◆ RECORDS FOR THIS EXERCISE

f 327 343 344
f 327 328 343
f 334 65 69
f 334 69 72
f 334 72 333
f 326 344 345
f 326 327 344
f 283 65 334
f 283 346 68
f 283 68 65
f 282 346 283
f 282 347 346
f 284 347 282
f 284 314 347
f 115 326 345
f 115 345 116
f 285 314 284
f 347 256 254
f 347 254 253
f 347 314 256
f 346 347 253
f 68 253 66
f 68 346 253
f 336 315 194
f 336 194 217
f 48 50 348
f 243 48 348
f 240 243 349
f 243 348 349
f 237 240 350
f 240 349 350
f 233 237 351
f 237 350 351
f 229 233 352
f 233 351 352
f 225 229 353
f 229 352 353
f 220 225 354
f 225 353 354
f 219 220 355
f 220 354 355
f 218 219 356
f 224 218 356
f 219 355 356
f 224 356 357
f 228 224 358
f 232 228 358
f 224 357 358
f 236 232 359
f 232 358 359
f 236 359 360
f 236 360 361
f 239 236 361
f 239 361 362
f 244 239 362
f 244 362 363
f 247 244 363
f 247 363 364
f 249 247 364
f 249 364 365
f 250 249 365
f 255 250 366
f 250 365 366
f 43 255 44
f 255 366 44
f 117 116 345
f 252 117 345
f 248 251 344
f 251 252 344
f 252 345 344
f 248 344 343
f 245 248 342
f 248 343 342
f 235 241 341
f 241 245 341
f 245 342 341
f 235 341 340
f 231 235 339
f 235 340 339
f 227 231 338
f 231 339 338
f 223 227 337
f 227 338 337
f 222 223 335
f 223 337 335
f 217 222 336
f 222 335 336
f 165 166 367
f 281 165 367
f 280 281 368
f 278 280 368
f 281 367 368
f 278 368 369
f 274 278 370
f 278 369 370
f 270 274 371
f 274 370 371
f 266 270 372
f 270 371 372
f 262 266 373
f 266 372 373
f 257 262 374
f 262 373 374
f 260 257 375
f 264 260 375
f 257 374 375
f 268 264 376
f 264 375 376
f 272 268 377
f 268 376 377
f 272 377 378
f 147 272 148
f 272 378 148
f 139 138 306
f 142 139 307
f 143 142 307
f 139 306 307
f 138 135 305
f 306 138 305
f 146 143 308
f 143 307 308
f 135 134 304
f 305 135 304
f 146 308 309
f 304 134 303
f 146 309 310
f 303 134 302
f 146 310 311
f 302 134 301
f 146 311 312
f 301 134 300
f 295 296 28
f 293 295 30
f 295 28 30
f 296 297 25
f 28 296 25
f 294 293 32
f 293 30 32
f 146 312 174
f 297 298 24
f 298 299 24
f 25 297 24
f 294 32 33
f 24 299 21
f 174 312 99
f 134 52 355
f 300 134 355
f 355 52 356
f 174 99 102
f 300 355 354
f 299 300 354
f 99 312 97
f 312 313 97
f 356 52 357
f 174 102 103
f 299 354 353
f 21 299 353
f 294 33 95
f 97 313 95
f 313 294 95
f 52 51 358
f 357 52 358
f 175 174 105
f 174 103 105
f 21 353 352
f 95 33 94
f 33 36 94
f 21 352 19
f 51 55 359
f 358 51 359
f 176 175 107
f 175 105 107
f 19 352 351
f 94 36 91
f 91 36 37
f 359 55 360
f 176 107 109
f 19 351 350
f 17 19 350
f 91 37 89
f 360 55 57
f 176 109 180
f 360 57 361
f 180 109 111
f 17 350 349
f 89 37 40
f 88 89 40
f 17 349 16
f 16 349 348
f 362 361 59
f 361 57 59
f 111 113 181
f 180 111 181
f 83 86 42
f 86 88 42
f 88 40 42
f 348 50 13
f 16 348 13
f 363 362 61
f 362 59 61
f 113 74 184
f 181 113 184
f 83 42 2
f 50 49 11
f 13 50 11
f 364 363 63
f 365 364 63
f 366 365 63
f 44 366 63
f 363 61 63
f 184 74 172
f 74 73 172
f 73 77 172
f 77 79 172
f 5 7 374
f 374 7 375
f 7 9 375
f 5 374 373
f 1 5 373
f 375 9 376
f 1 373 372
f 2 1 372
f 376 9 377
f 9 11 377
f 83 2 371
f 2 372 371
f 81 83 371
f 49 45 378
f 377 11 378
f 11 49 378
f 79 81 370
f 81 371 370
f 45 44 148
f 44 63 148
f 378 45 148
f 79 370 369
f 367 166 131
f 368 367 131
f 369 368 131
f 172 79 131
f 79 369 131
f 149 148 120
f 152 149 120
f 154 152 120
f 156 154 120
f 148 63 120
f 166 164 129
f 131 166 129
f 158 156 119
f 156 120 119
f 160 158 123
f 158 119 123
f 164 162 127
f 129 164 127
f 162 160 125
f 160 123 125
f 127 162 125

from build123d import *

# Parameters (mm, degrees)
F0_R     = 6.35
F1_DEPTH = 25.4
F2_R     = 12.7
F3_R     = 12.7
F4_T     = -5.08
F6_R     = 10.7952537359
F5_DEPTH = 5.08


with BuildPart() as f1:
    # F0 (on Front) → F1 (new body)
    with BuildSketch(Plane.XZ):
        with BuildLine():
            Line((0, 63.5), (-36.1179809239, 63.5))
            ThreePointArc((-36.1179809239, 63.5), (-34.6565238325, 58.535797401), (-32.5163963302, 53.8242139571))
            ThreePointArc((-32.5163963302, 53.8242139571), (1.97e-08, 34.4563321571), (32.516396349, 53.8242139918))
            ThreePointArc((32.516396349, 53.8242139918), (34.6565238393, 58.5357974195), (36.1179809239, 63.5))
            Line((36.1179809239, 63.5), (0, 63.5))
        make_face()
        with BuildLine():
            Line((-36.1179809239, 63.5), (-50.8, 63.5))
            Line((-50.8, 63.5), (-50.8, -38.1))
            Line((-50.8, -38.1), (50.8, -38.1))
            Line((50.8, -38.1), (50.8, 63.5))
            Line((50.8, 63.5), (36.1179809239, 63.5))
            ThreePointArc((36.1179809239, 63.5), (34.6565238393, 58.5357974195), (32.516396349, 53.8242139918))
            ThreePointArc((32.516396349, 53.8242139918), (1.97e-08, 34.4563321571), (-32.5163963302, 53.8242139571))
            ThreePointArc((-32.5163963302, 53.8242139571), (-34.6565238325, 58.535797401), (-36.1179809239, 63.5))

◆ WORK ORDER
Every line above should be duplicated exactly as it stands.

◆ ANSWER TO THE EXERCISE
f 327 343 344
f 327 328 343
f 334 65 69
f 334 69 72
f 334 72 333
f 326 344 345
f 326 327 344
f 283 65 334
f 283 346 68
f 283 68 65
f 282 346 283
f 282 347 346
f 284 347 282
f 284 314 347
f 115 326 345
f 115 345 116
f 285 314 284
f 347 256 254
f 347 254 253
f 347 314 256
f 346 347 253
f 68 253 66
f 68 346 253
f 336 315 194
f 336 194 217
f 48 50 348
f 243 48 348
f 240 243 349
f 243 348 349
f 237 240 350
f 240 349 350
f 233 237 351
f 237 350 351
f 229 233 352
f 233 351 352
f 225 229 353
f 229 352 353
f 220 225 354
f 225 353 354
f 219 220 355
f 220 354 355
f 218 219 356
f 224 218 356
f 219 355 356
f 224 356 357
f 228 224 358
f 232 228 358
f 224 357 358
f 236 232 359
f 232 358 359
f 236 359 360
f 236 360 361
f 239 236 361
f 239 361 362
f 244 239 362
f 244 362 363
f 247 244 363
f 247 363 364
f 249 247 364
f 249 364 365
f 250 249 365
f 255 250 366
f 250 365 366
f 43 255 44
f 255 366 44
f 117 116 345
f 252 117 345
f 248 251 344
f 251 252 344
f 252 345 344
f 248 344 343
f 245 248 342
f 248 343 342
f 235 241 341
f 241 245 341
f 245 342 341
f 235 341 340
f 231 235 339
f 235 340 339
f 227 231 338
f 231 339 338
f 223 227 337
f 227 338 337
f 222 223 335
f 223 337 335
f 217 222 336
f 222 335 336
f 165 166 367
f 281 165 367
f 280 281 368
f 278 280 368
f 281 367 368
f 278 368 369
f 274 278 370
f 278 369 370
f 270 274 371
f 274 370 371
f 266 270 372
f 270 371 372
f 262 266 373
f 266 372 373
f 257 262 374
f 262 373 374
f 260 257 375
f 264 260 375
f 257 374 375
f 268 264 376
f 264 375 376
f 272 268 377
f 268 376 377
f 272 377 378
f 147 272 148
f 272 378 148
f 139 138 306
f 142 139 307
f 143 142 307
f 139 306 307
f 138 135 305
f 306 138 305
f 146 143 308
f 143 307 308
f 135 134 304
f 305 135 304
f 146 308 309
f 304 134 303
f 146 309 310
f 303 134 302
f 146 310 311
f 302 134 301
f 146 311 312
f 301 134 300
f 295 296 28
f 293 295 30
f 295 28 30
f 296 297 25
f 28 296 25
f 294 293 32
f 293 30 32
f 146 312 174
f 297 298 24
f 298 299 24
f 25 297 24
f 294 32 33
f 24 299 21
f 174 312 99
f 134 52 355
f 300 134 355
f 355 52 356
f 174 99 102
f 300 355 354
f 299 300 354
f 99 312 97
f 312 313 97
f 356 52 357
f 174 102 103
f 299 354 353
f 21 299 353
f 294 33 95
f 97 313 95
f 313 294 95
f 52 51 358
f 357 52 358
f 175 174 105
f 174 103 105
f 21 353 352
f 95 33 94
f 33 36 94
f 21 352 19
f 51 55 359
f 358 51 359
f 176 175 107
f 175 105 107
f 19 352 351
f 94 36 91
f 91 36 37
f 359 55 360
f 176 107 109
f 19 351 350
f 17 19 350
f 91 37 89
f 360 55 57
f 176 109 180
f 360 57 361
f 180 109 111
f 17 350 349
f 89 37 40
f 88 89 40
f 17 349 16
f 16 349 348
f 362 361 59
f 361 57 59
f 111 113 181
f 180 111 181
f 83 86 42
f 86 88 42
f 88 40 42
f 348 50 13
f 16 348 13
f 363 362 61
f 362 59 61
f 113 74 184
f 181 113 184
f 83 42 2
f 50 49 11
f 13 50 11
f 364 363 63
f 365 364 63
f 366 365 63
f 44 366 63
f 363 61 63
f 184 74 172
f 74 73 172
f 73 77 172
f 77 79 172
f 5 7 374
f 374 7 375
f 7 9 375
f 5 374 373
f 1 5 373
f 375 9 376
f 1 373 372
f 2 1 372
f 376 9 377
f 9 11 377
f 83 2 371
f 2 372 371
f 81 83 371
f 49 45 378
f 377 11 378
f 11 49 378
f 79 81 370
f 81 371 370
f 45 44 148
f 44 63 148
f 378 45 148
f 79 370 369
f 367 166 131
f 368 367 131
f 369 368 131
f 172 79 131
f 79 369 131
f 149 148 120
f 152 149 120
f 154 152 120
f 156 154 120
f 148 63 120
f 166 164 129
f 131 166 129
f 158 156 119
f 156 120 119
f 160 158 123
f 158 119 123
f 164 162 127
f 129 164 127
f 162 160 125
f 160 123 125
f 127 162 125

from build123d import *

# Parameters (mm, degrees)
F0_R     = 6.35
F1_DEPTH = 25.4
F2_R     = 12.7
F3_R     = 12.7
F4_T     = -5.08
F6_R     = 10.7952537359
F5_DEPTH = 5.08


with BuildPart() as f1:
    # F0 (on Front) → F1 (new body)
    with BuildSketch(Plane.XZ):
        with BuildLine():
            Line((0, 63.5), (-36.1179809239, 63.5))
            ThreePointArc((-36.1179809239, 63.5), (-34.6565238325, 58.535797401), (-32.5163963302, 53.8242139571))
            ThreePointArc((-32.5163963302, 53.8242139571), (1.97e-08, 34.4563321571), (32.516396349, 53.8242139918))
            ThreePointArc((32.516396349, 53.8242139918), (34.6565238393, 58.5357974195), (36.1179809239, 63.5))
            Line((36.1179809239, 63.5), (0, 63.5))
        make_face()
        with BuildLine():
            Line((-36.1179809239, 63.5), (-50.8, 63.5))
            Line((-50.8, 63.5), (-50.8, -38.1))
            Line((-50.8, -38.1), (50.8, -38.1))
            Line((50.8, -38.1), (50.8, 63.5))
            Line((50.8, 63.5), (36.1179809239, 63.5))
            ThreePointArc((36.1179809239, 63.5), (34.6565238393, 58.5357974195), (32.516396349, 53.8242139918))
            ThreePointArc((32.516396349, 53.8242139918), (1.97e-08, 34.4563321571), (-32.5163963302, 53.8242139571))
            ThreePointArc((-32.5163963302, 53.8242139571), (-34.6565238325, 58.535797401), (-36.1179809239, 63.5))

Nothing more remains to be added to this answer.